Both the line below containing "e52 v31 v22 LINE" and the line containing "A parametric FreeCAD", along with every line between them, should be repeated exactly; no other line belongs in the answer.

Collected data entries:
»»
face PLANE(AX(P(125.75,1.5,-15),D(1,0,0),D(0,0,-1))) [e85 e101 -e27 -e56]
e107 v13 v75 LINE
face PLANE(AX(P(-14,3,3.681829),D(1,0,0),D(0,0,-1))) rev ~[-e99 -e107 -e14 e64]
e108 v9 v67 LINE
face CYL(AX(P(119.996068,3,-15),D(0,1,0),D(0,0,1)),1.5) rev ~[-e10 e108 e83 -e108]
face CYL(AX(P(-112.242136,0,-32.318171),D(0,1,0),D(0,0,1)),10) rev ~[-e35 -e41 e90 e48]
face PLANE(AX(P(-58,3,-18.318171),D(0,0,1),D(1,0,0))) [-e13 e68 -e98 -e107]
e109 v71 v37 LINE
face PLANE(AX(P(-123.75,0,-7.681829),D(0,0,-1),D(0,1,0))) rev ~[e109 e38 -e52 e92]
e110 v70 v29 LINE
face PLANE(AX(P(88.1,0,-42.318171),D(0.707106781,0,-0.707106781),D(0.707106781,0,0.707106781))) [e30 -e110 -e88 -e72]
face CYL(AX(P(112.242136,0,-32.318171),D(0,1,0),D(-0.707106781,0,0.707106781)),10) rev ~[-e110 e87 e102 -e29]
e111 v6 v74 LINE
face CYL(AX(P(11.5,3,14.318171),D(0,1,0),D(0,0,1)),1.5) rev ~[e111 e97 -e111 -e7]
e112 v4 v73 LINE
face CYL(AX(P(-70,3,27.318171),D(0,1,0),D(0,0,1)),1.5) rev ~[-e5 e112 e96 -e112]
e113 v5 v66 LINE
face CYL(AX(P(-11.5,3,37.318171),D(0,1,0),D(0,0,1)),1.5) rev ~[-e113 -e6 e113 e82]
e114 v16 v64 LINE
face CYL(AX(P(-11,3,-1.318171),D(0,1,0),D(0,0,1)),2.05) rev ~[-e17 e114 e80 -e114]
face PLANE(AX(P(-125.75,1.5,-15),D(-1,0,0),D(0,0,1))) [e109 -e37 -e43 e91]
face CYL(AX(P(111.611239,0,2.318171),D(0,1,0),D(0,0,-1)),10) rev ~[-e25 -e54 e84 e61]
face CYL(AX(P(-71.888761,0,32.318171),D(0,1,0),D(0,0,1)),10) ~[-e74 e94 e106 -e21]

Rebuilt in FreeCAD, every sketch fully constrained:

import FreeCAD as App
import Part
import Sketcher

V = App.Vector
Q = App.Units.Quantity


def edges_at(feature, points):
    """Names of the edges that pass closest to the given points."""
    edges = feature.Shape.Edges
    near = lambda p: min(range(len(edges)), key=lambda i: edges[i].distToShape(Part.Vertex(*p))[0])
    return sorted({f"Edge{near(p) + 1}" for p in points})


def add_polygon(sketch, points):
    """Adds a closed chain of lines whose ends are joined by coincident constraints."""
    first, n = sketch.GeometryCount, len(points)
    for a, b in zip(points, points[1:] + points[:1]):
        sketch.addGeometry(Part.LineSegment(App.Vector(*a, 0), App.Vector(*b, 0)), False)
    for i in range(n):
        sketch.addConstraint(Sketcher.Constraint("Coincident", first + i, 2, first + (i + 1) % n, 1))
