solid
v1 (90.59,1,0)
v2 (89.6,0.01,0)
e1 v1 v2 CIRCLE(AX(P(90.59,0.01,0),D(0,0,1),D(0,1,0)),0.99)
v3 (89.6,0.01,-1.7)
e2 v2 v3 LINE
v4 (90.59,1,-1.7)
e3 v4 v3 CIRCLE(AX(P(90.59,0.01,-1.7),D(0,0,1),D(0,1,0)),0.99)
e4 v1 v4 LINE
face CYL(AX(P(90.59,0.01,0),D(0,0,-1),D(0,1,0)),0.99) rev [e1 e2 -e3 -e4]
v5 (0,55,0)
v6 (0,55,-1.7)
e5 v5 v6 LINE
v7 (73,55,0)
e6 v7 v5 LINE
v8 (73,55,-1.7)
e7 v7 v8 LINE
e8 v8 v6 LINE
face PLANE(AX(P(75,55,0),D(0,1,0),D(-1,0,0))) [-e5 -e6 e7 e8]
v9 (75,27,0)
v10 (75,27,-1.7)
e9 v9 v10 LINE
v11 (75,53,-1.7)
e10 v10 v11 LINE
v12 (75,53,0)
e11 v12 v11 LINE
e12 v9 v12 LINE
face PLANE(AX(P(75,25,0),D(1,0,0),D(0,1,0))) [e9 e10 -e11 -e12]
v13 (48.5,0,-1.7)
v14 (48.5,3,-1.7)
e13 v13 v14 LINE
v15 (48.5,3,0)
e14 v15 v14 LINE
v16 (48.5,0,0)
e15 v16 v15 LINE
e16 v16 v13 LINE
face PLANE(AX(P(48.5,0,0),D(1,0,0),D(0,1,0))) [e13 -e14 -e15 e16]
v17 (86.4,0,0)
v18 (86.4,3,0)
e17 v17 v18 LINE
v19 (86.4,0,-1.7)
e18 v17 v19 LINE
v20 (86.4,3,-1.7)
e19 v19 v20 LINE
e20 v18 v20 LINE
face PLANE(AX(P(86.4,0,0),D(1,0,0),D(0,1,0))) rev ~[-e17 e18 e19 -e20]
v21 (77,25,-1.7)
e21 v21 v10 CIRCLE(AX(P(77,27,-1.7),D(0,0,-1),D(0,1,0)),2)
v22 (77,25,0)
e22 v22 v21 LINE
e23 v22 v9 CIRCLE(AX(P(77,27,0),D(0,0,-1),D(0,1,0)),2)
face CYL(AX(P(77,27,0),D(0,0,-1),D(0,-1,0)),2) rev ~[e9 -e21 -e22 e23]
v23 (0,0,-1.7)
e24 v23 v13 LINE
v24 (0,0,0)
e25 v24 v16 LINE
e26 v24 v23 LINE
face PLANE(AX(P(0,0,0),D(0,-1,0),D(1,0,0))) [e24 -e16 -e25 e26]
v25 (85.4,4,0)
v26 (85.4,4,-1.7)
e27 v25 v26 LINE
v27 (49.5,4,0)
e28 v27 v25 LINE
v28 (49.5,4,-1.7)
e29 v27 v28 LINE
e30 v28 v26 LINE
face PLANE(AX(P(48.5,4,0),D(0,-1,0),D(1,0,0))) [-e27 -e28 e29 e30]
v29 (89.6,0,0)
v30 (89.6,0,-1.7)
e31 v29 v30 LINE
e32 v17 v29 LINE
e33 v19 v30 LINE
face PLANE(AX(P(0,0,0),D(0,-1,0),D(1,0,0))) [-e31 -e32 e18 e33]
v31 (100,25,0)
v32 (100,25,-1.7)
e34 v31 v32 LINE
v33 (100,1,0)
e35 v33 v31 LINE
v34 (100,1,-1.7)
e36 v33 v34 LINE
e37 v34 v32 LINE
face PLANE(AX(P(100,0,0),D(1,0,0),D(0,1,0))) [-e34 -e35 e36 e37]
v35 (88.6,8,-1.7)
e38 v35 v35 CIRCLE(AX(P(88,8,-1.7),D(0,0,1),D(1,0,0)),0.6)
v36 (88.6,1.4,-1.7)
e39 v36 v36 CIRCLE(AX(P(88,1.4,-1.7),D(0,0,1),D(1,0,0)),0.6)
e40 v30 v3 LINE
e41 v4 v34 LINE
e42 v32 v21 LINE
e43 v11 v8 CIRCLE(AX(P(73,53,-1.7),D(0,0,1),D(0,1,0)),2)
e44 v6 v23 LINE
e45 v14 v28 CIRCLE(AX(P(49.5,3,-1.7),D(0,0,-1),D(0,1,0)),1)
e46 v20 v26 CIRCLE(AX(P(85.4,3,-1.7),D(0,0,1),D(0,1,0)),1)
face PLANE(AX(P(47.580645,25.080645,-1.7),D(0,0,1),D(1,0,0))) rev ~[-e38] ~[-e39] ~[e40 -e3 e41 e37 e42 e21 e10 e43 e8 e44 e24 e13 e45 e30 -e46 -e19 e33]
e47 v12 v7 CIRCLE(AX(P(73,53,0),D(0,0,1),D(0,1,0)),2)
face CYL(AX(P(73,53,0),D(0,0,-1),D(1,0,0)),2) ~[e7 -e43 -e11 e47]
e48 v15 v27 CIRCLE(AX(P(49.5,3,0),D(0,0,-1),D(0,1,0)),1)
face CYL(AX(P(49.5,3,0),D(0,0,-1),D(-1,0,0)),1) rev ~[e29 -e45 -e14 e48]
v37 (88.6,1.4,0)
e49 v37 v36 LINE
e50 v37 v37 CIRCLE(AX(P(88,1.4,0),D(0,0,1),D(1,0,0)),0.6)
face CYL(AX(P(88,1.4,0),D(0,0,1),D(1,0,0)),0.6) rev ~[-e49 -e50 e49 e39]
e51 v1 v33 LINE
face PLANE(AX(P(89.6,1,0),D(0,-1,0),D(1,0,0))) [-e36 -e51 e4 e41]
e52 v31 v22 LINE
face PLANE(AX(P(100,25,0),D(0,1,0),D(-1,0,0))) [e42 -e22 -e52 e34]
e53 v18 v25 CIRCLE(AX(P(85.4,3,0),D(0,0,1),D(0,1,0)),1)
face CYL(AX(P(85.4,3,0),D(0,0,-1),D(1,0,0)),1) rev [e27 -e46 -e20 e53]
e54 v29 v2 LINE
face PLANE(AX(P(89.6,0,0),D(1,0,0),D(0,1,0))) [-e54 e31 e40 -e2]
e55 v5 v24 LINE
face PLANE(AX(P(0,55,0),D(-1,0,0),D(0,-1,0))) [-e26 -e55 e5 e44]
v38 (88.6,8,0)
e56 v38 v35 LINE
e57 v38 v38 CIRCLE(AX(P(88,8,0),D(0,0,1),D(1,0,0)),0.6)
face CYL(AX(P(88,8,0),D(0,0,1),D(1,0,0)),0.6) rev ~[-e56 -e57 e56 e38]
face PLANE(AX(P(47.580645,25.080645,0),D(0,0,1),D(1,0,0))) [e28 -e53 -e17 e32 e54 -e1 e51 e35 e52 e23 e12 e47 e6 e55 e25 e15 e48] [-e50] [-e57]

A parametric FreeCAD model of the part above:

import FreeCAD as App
import Part
import Sketcher
Q = App.Units.Quantity


def edges_at(feature, points):
    """Names of the edges that pass closest to the given points."""
    edges = feature.Shape.Edges
    near = lambda p: min(range(len(edges)), key=lambda i: edges[i].distToShape(Part.Vertex(*p))[0])
    return sorted({f"Edge{near(p) + 1}" for p in points})

doc = App.newDocument("Part")
body = doc.addObject("PartDesign::Body", "Body")

# Sketch on XY plane
sketch1 = body.newObject("Sketcher::SketchObject", "Sketch")
sketch1.AttachmentSupport = (doc.getObject("XY_Plane"), [""])
sketch1.MapMode = "FlatFace"
sketch1.addGeometry(Part.LineSegment(App.Vector(0, 0, 0), App.Vector(100, 0, 0)), False)
sketch1.addGeometry(Part.LineSegment(App.Vector(100, 0, 0), App.Vector(100, 25, 0)), False)
sketch1.addGeometry(Part.LineSegment(App.Vector(100, 25, 0), App.Vector(75, 25, 0)), False)
sketch1.addGeometry(Part.LineSegment(App.Vector(75, 25, 0), App.Vector(75, 55, 0)), False)
sketch1.addGeometry(Part.LineSegment(App.Vector(75, 55, 0), App.Vector(0, 55, 0)), False)
sketch1.addGeometry(Part.LineSegment(App.Vector(0, 55, 0), App.Vector(0, 0, 0)), False)
sketch1.addConstraint(Sketcher.Constraint("Coincident", 0, 2, 1, 1))
sketch1.addConstraint(Sketcher.Constraint("Coincident", 1, 2, 2, 1))
sketch1.addConstraint(Sketcher.Constraint("Coincident", 2, 2, 3, 1))
sketch1.addConstraint(Sketcher.Constraint("Coincident", 3, 2, 4, 1))
sketch1.addConstraint(Sketcher.Constraint("Coincident", 4, 2, 5, 1))
sketch1.addConstraint(Sketcher.Constraint("Coincident", 5, 2, 0, 1))
sketch1.addConstraint(Sketcher.Constraint("Horizontal", 0))
sketch1.addConstraint(Sketcher.Constraint("Vertical", 1))
sketch1.addConstraint(Sketcher.Constraint("Horizontal", 2))
sketch1.addConstraint(Sketcher.Constraint("Vertical", 3))
sketch1.addConstraint(Sketcher.Constraint("Horizontal", 4))
sketch1.addConstraint(Sketcher.Constraint("Vertical", 5))
sketch1.addConstraint(Sketcher.Constraint("Coincident", 5, 2, -1, 1))
sketch1.addConstraint(Sketcher.Constraint("Equal", 2, 1))
sketch1.addConstraint(Sketcher.Constraint("DistanceX", 0, 1, 0, 2, Q("100 mm")))
sketch1.addConstraint(Sketcher.Constraint("DistanceX", 2, 2, 2, 1, Q("25 mm")))
sketch1.addConstraint(Sketcher.Constraint("DistanceY", 3, 1, 3, 2, Q("30 mm")))
pad1 = body.newObject("PartDesign::Pad", "Pad")
pad1.Profile = sketch1
pad1.Length = 1.7
pad1.Reversed = True

# Sketch on XY plane
sketch2 = body.newObject("Sketcher::SketchObject", "Sketch001")
sketch2.AttachmentSupport = (doc.getObject("XY_Plane"), [""])
sketch2.MapMode = "FlatFace"
sketch2.addGeometry(Part.LineSegment(App.Vector(48.5, 4, 0), App.Vector(48.5, 0, 0)), False)
sketch2.addGeometry(Part.LineSegment(App.Vector(48.5, 0, 0), App.Vector(86.4, 0, 0)), False)
sketch2.addGeometry(Part.LineSegment(App.Vector(86.4, 0, 0), App.Vector(86.4, 4, 0)), False)
sketch2.addGeometry(Part.LineSegment(App.Vector(86.4, 4, 0), App.Vector(48.5, 4, 0)), False)
sketch2.addGeometry(Part.LineSegment(App.Vector(89.6, 1, 0), App.Vector(89.6, 0, 0)), False)
sketch2.addGeometry(Part.LineSegment(App.Vector(89.6, 0, 0), App.Vector(100, 0, 0)), False)
sketch2.addGeometry(Part.LineSegment(App.Vector(100, 0, 0), App.Vector(100, 1, 0)), False)
sketch2.addGeometry(Part.LineSegment(App.Vector(100, 1, 0), App.Vector(89.6, 1, 0)), False)
sketch2.addConstraint(Sketcher.Constraint("Coincident", 0, 2, 1, 1))
sketch2.addConstraint(Sketcher.Constraint("Coincident", 1, 2, 2, 1))
sketch2.addConstraint(Sketcher.Constraint("Coincident", 2, 2, 3, 1))
sketch2.addConstraint(Sketcher.Constraint("Coincident", 3, 2, 0, 1))
sketch2.addConstraint(Sketcher.Constraint("Coincident", 4, 2, 5, 1))
sketch2.addConstraint(Sketcher.Constraint("Coincident", 5, 2, 6, 1))
sketch2.addConstraint(Sketcher.Constraint("Coincident", 6, 2, 7, 1))
sketch2.addConstraint(Sketcher.Constraint("Coincident", 7, 2, 4, 1))
sketch2.addConstraint(Sketcher.Constraint("Vertical", 0))
sketch2.addConstraint(Sketcher.Constraint("Horizontal", 1))
sketch2.addConstraint(Sketcher.Constraint("Vertical", 2))
sketch2.addConstraint(Sketcher.Constraint("Horizontal", 3))
sketch2.addConstraint(Sketcher.Constraint("Vertical", 4))
sketch2.addConstraint(Sketcher.Constraint("Horizontal", 5))
sketch2.addConstraint(Sketcher.Constraint("Vertical", 6))
sketch2.addConstraint(Sketcher.Constraint("Horizontal", 7))
sketch2.addConstraint(Sketcher.Constraint("PointOnObject", 0, 2, -1))
sketch2.addConstraint(Sketcher.Constraint("PointOnObject", 4, 2, -1))
sketch2.addConstraint(Sketcher.Constraint("DistanceY", 0, 2, 0, 1, Q("4 mm")))
sketch2.addConstraint(Sketcher.Constraint("DistanceY", 4, 2, 4, 1, Q("1 mm")))
sketch2.addConstraint(Sketcher.Constraint("DistanceX", 1, 1, 1, 2, Q("37.9 mm")))
sketch2.addConstraint(Sketcher.Constraint("DistanceX", 5, 1, 5, 2, Q("10.4 mm")))
sketch2.addConstraint(Sketcher.Constraint("DistanceX", -1, 1, 5, 2, Q("100 mm")))
sketch2.addConstraint(Sketcher.Constraint("DistanceX", -1, 1, 0, 2, Q("48.5 mm")))
pocket1 = body.newObject("PartDesign::Pocket", "Pocket")
pocket1.Profile = sketch2
pocket1.Type = "ThroughAll"
doc.recompute()

fillet = body.newObject("PartDesign::Fillet", "Fillet")
fillet.Base = (pocket1, edges_at(pocket1, [(48.5, 4, -0.85), (86.4, 4, -0.85)]))
fillet.Radius = 1
doc.recompute()

fillet2 = body.newObject("PartDesign::Fillet", "Fillet001")
fillet2.Base = (fillet, edges_at(fillet, [(75, 55, -0.85), (75, 25, -0.85)]))
fillet2.Radius = 2
doc.recompute()

fillet3 = body.newObject("PartDesign::Fillet", "Fillet002")
fillet3.Base = (fillet2, edges_at(fillet2, [(89.6, 1, -0.85)]))
fillet3.Radius = 0.99

# Sketch on XY plane
sketch3 = body.newObject("Sketcher::SketchObject", "Sketch002")
sketch3.AttachmentSupport = (doc.getObject("XY_Plane"), [""])
sketch3.MapMode = "FlatFace"
sketch3.addGeometry(Part.Circle(App.Vector(88, 1.4, 0), App.Vector(0, 0, 1), 0.6), False)
sketch3.addGeometry(Part.Circle(App.Vector(88, 8, 0), App.Vector(0, 0, 1), 0.6), False)
sketch3.addConstraint(Sketcher.Constraint("Equal", 0, 1))
sketch3.addConstraint(Sketcher.Constraint("Vertical", 0, 3, 1, 3))
sketch3.addConstraint(Sketcher.Constraint("Diameter", 0, Q("1.2 mm")))
sketch3.addConstraint(Sketcher.Constraint("DistanceX", -1, 1, 0, 3, Q("88 mm")))
sketch3.addConstraint(Sketcher.Constraint("DistanceY", -1, 1, 1, 3, Q("8 mm")))
sketch3.addConstraint(Sketcher.Constraint("DistanceY", -1, 1, 0, 3, Q("1.4 mm")))
pocket2 = body.newObject("PartDesign::Pocket", "Pocket001")
pocket2.Profile = sketch3
pocket2.Length = 25

doc.recompute()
««
Exercise output:
e52 v31 v22 LINE
face PLANE(AX(P(100,25,0),D(0,1,0),D(-1,0,0))) [e42 -e22 -e52 e34]
e53 v18 v25 CIRCLE(AX(P(85.4,3,0),D(0,0,1),D(0,1,0)),1)
face CYL(AX(P(85.4,3,0),D(0,0,-1),D(1,0,0)),1) rev [e27 -e46 -e20 e53]
e54 v29 v2 LINE
face PLANE(AX(P(89.6,0,0),D(1,0,0),D(0,1,0))) [-e54 e31 e40 -e2]
e55 v5 v24 LINE
face PLANE(AX(P(0,55,0),D(-1,0,0),D(0,-1,0))) [-e26 -e55 e5 e44]
v38 (88.6,8,0)
e56 v38 v35 LINE
e57 v38 v38 CIRCLE(AX(P(88,8,0),D(0,0,1),D(1,0,0)),0.6)
face CYL(AX(P(88,8,0),D(0,0,1),D(1,0,0)),0.6) rev ~[-e56 -e57 e56 e38]
face PLANE(AX(P(47.580645,25.080645,0),D(0,0,1),D(1,0,0))) [e28 -e53 -e17 e32 e54 -e1 e51 e35 e52 e23 e12 e47 e6 e55 e25 e15 e48] [-e50] [-e57]

A parametric FreeCAD model of the part above:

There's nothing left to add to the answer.